▼▼▼

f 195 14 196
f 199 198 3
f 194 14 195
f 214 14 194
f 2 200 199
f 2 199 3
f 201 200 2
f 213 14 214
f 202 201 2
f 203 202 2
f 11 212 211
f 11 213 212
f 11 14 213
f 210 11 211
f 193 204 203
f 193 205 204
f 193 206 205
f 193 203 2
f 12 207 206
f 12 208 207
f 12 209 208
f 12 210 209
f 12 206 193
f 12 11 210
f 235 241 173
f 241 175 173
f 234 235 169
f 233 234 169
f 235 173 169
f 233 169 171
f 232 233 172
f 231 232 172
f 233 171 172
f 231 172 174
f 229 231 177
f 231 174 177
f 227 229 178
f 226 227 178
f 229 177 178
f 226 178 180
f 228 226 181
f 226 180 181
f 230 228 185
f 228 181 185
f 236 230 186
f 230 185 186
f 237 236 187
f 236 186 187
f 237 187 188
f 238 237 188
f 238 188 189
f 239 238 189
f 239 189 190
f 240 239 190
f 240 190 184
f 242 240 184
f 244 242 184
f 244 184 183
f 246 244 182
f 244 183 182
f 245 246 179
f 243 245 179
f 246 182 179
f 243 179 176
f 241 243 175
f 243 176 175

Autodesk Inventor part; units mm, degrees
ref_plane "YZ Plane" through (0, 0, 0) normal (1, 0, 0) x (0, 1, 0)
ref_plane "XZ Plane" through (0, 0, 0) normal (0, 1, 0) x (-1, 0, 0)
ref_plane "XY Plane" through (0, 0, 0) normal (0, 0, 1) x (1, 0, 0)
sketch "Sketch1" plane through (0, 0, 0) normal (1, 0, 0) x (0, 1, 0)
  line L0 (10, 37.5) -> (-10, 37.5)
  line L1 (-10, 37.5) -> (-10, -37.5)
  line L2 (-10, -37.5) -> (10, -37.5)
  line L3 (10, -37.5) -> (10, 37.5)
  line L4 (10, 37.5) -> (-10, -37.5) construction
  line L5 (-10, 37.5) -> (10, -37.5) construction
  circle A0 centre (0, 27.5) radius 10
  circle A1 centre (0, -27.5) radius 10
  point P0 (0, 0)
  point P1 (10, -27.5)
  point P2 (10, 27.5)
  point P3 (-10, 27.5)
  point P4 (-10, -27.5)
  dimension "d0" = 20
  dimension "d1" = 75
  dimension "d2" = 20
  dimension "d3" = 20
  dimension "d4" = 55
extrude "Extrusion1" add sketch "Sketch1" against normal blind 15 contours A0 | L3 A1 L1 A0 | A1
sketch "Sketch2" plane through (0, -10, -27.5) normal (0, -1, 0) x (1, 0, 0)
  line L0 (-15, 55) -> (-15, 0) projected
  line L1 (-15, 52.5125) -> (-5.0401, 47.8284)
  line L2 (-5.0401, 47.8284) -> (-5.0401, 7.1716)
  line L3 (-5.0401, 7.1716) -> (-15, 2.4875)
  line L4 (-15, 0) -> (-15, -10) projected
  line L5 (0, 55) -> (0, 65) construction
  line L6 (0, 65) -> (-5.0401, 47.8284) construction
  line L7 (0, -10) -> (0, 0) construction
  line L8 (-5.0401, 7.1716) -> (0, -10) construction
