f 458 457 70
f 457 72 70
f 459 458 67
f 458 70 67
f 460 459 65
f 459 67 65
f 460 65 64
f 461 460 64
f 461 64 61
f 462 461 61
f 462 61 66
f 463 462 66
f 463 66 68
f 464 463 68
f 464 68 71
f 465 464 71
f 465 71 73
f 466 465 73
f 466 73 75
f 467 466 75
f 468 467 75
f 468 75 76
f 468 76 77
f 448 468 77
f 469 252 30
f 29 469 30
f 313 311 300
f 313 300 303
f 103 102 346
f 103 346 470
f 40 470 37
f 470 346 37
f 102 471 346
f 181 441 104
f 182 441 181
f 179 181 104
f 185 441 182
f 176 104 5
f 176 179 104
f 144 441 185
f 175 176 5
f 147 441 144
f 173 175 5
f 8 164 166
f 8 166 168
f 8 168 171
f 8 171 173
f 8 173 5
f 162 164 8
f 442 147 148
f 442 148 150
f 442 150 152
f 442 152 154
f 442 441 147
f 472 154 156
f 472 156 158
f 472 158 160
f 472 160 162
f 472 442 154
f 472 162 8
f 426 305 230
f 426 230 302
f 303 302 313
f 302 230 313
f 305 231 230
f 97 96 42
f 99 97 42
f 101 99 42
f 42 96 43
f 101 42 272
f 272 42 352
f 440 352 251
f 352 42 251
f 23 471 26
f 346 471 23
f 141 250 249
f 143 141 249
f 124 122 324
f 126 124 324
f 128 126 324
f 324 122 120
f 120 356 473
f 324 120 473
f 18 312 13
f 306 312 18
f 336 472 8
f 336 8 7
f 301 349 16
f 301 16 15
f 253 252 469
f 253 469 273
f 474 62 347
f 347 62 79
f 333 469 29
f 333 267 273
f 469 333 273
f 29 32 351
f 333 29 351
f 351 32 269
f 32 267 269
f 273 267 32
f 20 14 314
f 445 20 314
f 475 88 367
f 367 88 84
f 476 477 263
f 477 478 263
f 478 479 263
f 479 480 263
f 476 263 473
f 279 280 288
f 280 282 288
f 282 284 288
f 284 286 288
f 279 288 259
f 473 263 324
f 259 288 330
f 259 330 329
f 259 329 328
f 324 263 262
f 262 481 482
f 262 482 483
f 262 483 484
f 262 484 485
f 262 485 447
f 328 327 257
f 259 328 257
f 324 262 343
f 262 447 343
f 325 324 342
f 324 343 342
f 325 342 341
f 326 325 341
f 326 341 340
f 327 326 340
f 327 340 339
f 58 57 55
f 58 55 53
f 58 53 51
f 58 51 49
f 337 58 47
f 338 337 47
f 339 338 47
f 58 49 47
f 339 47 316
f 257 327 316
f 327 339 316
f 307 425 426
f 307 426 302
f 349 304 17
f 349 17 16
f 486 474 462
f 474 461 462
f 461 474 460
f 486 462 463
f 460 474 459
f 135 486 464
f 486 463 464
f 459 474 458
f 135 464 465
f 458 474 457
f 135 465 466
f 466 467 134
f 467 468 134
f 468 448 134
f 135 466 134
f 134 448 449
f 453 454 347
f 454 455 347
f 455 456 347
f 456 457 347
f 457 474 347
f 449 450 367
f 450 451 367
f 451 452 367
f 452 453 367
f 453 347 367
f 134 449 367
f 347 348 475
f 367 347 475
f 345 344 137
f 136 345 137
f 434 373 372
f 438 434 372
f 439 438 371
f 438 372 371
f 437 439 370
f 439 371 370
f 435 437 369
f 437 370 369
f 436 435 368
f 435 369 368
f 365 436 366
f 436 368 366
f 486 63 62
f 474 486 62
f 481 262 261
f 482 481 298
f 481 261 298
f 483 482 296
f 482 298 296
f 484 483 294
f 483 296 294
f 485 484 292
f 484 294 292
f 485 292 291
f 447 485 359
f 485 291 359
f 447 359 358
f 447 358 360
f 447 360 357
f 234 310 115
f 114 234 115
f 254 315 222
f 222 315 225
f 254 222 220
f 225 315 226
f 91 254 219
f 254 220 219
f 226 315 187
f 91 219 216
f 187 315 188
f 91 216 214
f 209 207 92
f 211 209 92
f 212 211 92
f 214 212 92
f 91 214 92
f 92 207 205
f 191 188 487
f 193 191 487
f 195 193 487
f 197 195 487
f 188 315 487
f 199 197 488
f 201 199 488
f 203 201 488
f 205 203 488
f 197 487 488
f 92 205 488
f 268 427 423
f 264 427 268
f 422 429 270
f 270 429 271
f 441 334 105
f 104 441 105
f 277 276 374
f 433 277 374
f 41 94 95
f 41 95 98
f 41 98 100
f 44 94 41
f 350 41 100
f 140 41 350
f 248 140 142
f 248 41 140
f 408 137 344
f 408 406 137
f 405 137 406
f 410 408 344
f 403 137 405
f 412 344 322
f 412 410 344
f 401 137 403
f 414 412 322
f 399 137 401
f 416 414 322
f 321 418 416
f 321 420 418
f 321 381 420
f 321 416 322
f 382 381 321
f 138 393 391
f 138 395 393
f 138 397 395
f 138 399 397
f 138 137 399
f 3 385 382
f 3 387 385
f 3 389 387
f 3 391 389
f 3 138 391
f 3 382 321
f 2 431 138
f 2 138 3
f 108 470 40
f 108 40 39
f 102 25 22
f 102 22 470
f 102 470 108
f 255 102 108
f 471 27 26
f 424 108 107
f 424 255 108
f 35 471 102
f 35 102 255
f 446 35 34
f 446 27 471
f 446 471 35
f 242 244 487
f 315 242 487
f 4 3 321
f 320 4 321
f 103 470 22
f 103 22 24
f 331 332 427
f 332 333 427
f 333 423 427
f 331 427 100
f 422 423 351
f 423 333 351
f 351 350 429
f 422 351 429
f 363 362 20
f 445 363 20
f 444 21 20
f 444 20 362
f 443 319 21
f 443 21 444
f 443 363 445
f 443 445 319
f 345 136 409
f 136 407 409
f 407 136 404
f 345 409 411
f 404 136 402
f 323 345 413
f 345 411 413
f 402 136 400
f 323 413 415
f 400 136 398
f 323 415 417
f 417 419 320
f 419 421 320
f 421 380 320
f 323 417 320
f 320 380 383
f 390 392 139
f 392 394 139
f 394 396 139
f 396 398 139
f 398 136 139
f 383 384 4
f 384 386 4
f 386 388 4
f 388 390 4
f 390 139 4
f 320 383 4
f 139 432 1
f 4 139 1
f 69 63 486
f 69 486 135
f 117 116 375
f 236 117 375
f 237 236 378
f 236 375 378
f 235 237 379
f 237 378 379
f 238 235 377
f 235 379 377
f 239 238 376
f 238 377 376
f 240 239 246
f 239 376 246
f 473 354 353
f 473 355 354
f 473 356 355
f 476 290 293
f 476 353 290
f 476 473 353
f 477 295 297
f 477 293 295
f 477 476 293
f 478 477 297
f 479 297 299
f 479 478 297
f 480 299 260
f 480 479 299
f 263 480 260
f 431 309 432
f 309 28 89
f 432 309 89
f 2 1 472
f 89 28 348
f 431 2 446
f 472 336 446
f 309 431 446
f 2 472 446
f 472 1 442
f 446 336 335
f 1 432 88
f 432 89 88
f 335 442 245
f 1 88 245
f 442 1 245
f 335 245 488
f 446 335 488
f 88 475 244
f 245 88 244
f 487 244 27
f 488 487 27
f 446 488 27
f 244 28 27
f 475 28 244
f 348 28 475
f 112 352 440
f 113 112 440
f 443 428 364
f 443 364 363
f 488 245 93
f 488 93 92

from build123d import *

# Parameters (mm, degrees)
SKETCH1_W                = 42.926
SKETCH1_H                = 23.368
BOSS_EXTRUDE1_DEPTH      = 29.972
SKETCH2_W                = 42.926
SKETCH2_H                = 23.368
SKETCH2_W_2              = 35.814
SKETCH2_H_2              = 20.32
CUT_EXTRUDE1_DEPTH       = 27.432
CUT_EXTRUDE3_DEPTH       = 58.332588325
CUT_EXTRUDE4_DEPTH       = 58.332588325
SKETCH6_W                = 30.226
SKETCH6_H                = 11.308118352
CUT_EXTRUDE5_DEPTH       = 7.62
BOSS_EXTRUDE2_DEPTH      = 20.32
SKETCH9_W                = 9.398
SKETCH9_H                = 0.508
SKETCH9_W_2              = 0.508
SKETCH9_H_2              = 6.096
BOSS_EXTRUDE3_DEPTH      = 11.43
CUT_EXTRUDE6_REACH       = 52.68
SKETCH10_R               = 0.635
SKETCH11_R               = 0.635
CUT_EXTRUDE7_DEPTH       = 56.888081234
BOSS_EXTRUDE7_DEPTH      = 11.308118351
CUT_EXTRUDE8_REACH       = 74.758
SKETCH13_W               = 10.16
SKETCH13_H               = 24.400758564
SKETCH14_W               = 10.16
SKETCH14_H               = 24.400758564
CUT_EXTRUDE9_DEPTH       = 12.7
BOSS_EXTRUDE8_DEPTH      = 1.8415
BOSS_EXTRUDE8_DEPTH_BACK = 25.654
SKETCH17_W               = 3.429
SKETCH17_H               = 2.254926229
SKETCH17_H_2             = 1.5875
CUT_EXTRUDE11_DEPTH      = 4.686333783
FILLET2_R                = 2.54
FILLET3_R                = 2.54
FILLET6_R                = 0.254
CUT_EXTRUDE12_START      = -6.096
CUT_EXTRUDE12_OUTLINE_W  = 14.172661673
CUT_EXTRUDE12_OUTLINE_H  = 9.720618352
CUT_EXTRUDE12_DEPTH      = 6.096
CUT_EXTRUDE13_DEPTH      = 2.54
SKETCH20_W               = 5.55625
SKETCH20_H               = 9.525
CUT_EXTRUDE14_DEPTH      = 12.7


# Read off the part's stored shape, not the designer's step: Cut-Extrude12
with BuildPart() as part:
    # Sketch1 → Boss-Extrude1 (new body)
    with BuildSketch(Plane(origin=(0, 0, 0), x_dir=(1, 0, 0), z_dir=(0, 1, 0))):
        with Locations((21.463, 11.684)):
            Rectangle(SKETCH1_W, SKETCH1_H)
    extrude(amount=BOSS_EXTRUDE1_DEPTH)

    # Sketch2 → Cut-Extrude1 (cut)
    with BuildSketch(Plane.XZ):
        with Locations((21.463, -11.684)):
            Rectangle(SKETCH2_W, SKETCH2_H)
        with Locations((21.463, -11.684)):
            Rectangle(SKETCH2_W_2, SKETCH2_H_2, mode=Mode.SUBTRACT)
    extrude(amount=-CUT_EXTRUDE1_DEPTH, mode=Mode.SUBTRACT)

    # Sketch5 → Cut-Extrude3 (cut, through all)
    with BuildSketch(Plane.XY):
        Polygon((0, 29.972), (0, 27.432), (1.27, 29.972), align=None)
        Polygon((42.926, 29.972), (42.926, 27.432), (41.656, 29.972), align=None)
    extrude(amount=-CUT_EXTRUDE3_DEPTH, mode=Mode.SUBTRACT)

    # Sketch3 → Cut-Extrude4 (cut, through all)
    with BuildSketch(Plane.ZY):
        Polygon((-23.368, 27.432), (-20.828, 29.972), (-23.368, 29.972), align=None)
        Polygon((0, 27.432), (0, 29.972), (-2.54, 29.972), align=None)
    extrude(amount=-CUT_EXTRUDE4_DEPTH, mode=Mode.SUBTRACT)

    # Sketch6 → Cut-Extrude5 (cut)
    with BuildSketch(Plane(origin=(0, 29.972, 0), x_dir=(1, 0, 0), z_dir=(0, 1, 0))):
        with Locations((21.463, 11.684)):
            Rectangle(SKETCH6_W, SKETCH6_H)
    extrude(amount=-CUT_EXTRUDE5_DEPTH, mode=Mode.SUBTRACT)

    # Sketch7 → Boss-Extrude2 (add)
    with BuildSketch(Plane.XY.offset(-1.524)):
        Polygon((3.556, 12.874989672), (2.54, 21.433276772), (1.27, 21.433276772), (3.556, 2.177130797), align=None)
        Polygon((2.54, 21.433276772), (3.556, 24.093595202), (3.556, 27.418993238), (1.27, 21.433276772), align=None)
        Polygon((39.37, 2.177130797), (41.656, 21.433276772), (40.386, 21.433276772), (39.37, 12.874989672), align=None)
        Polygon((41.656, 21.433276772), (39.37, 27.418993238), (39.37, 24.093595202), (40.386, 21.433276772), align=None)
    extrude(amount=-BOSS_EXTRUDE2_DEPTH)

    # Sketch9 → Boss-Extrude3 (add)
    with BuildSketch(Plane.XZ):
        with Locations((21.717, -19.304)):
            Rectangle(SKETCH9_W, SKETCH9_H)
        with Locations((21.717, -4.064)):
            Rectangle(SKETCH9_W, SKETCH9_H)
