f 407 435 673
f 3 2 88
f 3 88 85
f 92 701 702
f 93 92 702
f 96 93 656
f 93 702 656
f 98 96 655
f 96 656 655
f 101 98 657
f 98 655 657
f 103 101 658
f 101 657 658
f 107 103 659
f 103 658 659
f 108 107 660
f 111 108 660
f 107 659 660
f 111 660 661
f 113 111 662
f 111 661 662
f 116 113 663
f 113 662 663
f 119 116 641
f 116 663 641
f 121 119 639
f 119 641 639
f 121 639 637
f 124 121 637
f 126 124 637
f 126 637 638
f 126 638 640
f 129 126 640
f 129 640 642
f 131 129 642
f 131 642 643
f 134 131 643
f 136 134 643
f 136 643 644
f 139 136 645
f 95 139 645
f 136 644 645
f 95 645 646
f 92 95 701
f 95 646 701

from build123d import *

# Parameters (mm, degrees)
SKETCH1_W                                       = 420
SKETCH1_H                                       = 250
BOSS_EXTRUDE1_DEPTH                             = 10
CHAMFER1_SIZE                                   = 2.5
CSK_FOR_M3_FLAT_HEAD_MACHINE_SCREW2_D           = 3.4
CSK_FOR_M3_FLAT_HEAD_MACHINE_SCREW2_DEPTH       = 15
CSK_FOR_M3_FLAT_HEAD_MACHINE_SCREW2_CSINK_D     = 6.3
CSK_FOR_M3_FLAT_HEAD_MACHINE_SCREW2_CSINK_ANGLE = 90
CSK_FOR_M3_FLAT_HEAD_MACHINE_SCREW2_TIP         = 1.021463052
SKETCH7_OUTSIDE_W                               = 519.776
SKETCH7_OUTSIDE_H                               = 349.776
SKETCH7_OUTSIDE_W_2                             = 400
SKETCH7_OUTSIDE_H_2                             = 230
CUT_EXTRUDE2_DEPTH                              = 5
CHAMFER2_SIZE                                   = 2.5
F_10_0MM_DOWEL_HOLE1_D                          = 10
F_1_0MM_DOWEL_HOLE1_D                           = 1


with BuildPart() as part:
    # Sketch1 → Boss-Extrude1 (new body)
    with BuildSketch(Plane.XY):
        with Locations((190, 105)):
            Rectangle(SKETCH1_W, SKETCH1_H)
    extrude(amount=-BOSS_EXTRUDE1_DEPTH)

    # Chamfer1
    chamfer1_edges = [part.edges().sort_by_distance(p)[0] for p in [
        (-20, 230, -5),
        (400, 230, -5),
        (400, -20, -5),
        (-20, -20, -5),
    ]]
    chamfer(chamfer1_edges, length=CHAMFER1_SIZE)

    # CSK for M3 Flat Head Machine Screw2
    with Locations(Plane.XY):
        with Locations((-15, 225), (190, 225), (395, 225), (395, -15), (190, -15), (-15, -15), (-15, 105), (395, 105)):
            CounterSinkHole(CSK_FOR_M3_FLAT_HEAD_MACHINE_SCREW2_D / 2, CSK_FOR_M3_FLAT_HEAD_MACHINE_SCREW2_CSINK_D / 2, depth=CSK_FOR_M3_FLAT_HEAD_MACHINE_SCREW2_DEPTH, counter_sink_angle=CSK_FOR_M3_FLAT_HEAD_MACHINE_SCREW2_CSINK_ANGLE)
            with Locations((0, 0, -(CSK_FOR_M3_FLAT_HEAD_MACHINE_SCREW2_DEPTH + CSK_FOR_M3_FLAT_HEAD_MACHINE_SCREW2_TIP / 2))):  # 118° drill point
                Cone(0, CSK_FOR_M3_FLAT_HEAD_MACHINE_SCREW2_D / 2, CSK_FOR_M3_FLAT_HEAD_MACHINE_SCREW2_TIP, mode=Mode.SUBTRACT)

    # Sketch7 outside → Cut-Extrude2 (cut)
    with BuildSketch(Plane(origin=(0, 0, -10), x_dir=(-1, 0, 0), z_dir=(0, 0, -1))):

▲▲▲

### To do
Each line in the material with "point" in it must be reported.

### Solution to this exercise
  point P0 (0, 0)
  point P1 (10, -27.5)
  point P2 (10, 27.5)
  point P3 (-10, 27.5)
  point P4 (-10, -27.5)
            with Locations((0, 0, -(CSK_FOR_M3_FLAT_HEAD_MACHINE_SCREW2_DEPTH + CSK_FOR_M3_FLAT_HEAD_MACHINE_SCREW2_TIP / 2))):  # 118° drill point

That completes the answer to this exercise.